>>>
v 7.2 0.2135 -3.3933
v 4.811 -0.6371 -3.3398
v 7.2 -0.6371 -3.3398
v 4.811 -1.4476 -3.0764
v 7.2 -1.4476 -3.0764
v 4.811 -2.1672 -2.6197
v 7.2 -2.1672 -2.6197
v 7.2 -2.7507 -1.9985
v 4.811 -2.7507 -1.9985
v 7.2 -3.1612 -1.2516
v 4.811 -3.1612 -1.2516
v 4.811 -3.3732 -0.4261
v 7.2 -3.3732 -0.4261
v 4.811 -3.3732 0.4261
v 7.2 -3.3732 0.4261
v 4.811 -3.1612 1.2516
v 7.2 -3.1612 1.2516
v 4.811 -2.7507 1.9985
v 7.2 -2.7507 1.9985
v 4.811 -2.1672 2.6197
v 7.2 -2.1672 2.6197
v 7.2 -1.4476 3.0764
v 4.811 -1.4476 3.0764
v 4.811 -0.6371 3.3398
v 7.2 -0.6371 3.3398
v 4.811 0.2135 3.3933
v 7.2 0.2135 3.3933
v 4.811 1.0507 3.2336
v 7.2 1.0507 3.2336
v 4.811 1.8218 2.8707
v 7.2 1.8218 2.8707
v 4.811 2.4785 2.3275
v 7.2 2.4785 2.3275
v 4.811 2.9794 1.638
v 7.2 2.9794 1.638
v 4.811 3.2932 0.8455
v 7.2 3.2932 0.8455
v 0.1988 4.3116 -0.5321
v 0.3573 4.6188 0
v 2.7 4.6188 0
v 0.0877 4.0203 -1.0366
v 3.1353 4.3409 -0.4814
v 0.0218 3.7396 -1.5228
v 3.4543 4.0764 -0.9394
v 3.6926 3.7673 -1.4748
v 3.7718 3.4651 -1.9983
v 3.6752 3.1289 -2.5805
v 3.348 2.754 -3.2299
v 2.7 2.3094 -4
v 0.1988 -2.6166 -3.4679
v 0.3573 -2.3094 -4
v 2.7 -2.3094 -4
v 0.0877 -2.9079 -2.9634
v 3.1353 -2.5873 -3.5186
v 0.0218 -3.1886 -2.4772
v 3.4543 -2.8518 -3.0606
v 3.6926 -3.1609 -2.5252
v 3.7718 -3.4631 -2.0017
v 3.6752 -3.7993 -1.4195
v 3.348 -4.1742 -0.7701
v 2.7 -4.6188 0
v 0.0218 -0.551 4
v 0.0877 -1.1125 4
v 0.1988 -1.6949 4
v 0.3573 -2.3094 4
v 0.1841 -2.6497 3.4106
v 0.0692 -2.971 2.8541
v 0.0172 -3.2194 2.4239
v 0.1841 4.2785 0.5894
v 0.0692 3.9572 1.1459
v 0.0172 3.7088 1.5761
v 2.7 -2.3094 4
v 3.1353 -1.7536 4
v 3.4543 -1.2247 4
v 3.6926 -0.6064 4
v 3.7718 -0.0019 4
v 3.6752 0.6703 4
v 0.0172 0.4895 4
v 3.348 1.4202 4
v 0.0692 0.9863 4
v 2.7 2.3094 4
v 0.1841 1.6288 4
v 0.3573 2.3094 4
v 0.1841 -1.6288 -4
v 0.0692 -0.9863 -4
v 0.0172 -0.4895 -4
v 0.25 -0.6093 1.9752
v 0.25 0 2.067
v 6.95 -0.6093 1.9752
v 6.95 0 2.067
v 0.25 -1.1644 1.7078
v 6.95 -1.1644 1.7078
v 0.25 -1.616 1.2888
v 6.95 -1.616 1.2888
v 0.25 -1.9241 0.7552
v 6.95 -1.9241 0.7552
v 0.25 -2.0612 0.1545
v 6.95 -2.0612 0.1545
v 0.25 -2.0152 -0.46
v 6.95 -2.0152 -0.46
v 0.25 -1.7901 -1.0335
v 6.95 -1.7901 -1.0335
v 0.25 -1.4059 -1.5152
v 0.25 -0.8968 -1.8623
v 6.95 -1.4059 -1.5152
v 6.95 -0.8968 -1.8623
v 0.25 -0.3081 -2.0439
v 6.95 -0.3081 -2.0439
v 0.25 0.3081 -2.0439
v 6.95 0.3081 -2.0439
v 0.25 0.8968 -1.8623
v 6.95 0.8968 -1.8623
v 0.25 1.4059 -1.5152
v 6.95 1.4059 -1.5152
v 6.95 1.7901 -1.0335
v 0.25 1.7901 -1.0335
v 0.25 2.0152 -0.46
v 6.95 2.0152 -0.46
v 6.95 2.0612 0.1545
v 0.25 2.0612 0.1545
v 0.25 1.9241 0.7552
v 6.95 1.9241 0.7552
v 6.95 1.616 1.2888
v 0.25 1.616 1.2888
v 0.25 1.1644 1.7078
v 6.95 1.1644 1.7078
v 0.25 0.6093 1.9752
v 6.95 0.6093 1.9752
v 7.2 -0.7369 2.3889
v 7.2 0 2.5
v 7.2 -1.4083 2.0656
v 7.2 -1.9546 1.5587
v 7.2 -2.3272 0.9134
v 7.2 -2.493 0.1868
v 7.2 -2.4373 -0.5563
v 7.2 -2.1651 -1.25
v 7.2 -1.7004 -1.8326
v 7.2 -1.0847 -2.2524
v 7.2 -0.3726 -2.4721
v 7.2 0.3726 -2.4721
<<<
• _About this task_
The answer is the data above, retyped exactly in full.

• _Exercise answer_
v 7.2 0.2135 -3.3933
v 4.811 -0.6371 -3.3398
v 7.2 -0.6371 -3.3398
v 4.811 -1.4476 -3.0764
v 7.2 -1.4476 -3.0764
v 4.811 -2.1672 -2.6197
v 7.2 -2.1672 -2.6197
v 7.2 -2.7507 -1.9985
v 4.811 -2.7507 -1.9985
v 7.2 -3.1612 -1.2516
v 4.811 -3.1612 -1.2516
v 4.811 -3.3732 -0.4261
v 7.2 -3.3732 -0.4261
v 4.811 -3.3732 0.4261
v 7.2 -3.3732 0.4261
v 4.811 -3.1612 1.2516
v 7.2 -3.1612 1.2516
v 4.811 -2.7507 1.9985
v 7.2 -2.7507 1.9985
v 4.811 -2.1672 2.6197
v 7.2 -2.1672 2.6197
v 7.2 -1.4476 3.0764
v 4.811 -1.4476 3.0764
v 4.811 -0.6371 3.3398
v 7.2 -0.6371 3.3398
v 4.811 0.2135 3.3933
v 7.2 0.2135 3.3933
v 4.811 1.0507 3.2336
v 7.2 1.0507 3.2336
v 4.811 1.8218 2.8707
v 7.2 1.8218 2.8707
v 4.811 2.4785 2.3275
v 7.2 2.4785 2.3275
v 4.811 2.9794 1.638
v 7.2 2.9794 1.638
v 4.811 3.2932 0.8455
v 7.2 3.2932 0.8455
v 0.1988 4.3116 -0.5321
v 0.3573 4.6188 0
v 2.7 4.6188 0
v 0.0877 4.0203 -1.0366
v 3.1353 4.3409 -0.4814
v 0.0218 3.7396 -1.5228
v 3.4543 4.0764 -0.9394
v 3.6926 3.7673 -1.4748
v 3.7718 3.4651 -1.9983
v 3.6752 3.1289 -2.5805
v 3.348 2.754 -3.2299
v 2.7 2.3094 -4
v 0.1988 -2.6166 -3.4679
v 0.3573 -2.3094 -4
v 2.7 -2.3094 -4
v 0.0877 -2.9079 -2.9634
v 3.1353 -2.5873 -3.5186
v 0.0218 -3.1886 -2.4772
v 3.4543 -2.8518 -3.0606
v 3.6926 -3.1609 -2.5252
v 3.7718 -3.4631 -2.0017
v 3.6752 -3.7993 -1.4195
v 3.348 -4.1742 -0.7701
v 2.7 -4.6188 0
v 0.0218 -0.551 4
v 0.0877 -1.1125 4
v 0.1988 -1.6949 4
v 0.3573 -2.3094 4
v 0.1841 -2.6497 3.4106
v 0.0692 -2.971 2.8541
v 0.0172 -3.2194 2.4239
v 0.1841 4.2785 0.5894
v 0.0692 3.9572 1.1459
v 0.0172 3.7088 1.5761
v 2.7 -2.3094 4
v 3.1353 -1.7536 4
v 3.4543 -1.2247 4
v 3.6926 -0.6064 4
v 3.7718 -0.0019 4
v 3.6752 0.6703 4
v 0.0172 0.4895 4
v 3.348 1.4202 4
v 0.0692 0.9863 4
v 2.7 2.3094 4
v 0.1841 1.6288 4
v 0.3573 2.3094 4
v 0.1841 -1.6288 -4
v 0.0692 -0.9863 -4
v 0.0172 -0.4895 -4
v 0.25 -0.6093 1.9752
v 0.25 0 2.067
v 6.95 -0.6093 1.9752
v 6.95 0 2.067
v 0.25 -1.1644 1.7078
v 6.95 -1.1644 1.7078
v 0.25 -1.616 1.2888
v 6.95 -1.616 1.2888
v 0.25 -1.9241 0.7552
v 6.95 -1.9241 0.7552
v 0.25 -2.0612 0.1545
v 6.95 -2.0612 0.1545
v 0.25 -2.0152 -0.46
v 6.95 -2.0152 -0.46
v 0.25 -1.7901 -1.0335
v 6.95 -1.7901 -1.0335
v 0.25 -1.4059 -1.5152
v 0.25 -0.8968 -1.8623
v 6.95 -1.4059 -1.5152
v 6.95 -0.8968 -1.8623
v 0.25 -0.3081 -2.0439
v 6.95 -0.3081 -2.0439
v 0.25 0.3081 -2.0439
v 6.95 0.3081 -2.0439
v 0.25 0.8968 -1.8623
v 6.95 0.8968 -1.8623
v 0.25 1.4059 -1.5152
v 6.95 1.4059 -1.5152
v 6.95 1.7901 -1.0335
v 0.25 1.7901 -1.0335
v 0.25 2.0152 -0.46
v 6.95 2.0152 -0.46
v 6.95 2.0612 0.1545
v 0.25 2.0612 0.1545
v 0.25 1.9241 0.7552
v 6.95 1.9241 0.7552
v 6.95 1.616 1.2888
v 0.25 1.616 1.2888
v 0.25 1.1644 1.7078
v 6.95 1.1644 1.7078
v 0.25 0.6093 1.9752
v 6.95 0.6093 1.9752
v 7.2 -0.7369 2.3889
v 7.2 0 2.5
v 7.2 -1.4083 2.0656
v 7.2 -1.9546 1.5587
v 7.2 -2.3272 0.9134
v 7.2 -2.493 0.1868
v 7.2 -2.4373 -0.5563
v 7.2 -2.1651 -1.25
v 7.2 -1.7004 -1.8326
v 7.2 -1.0847 -2.2524
v 7.2 -0.3726 -2.4721
v 7.2 0.3726 -2.4721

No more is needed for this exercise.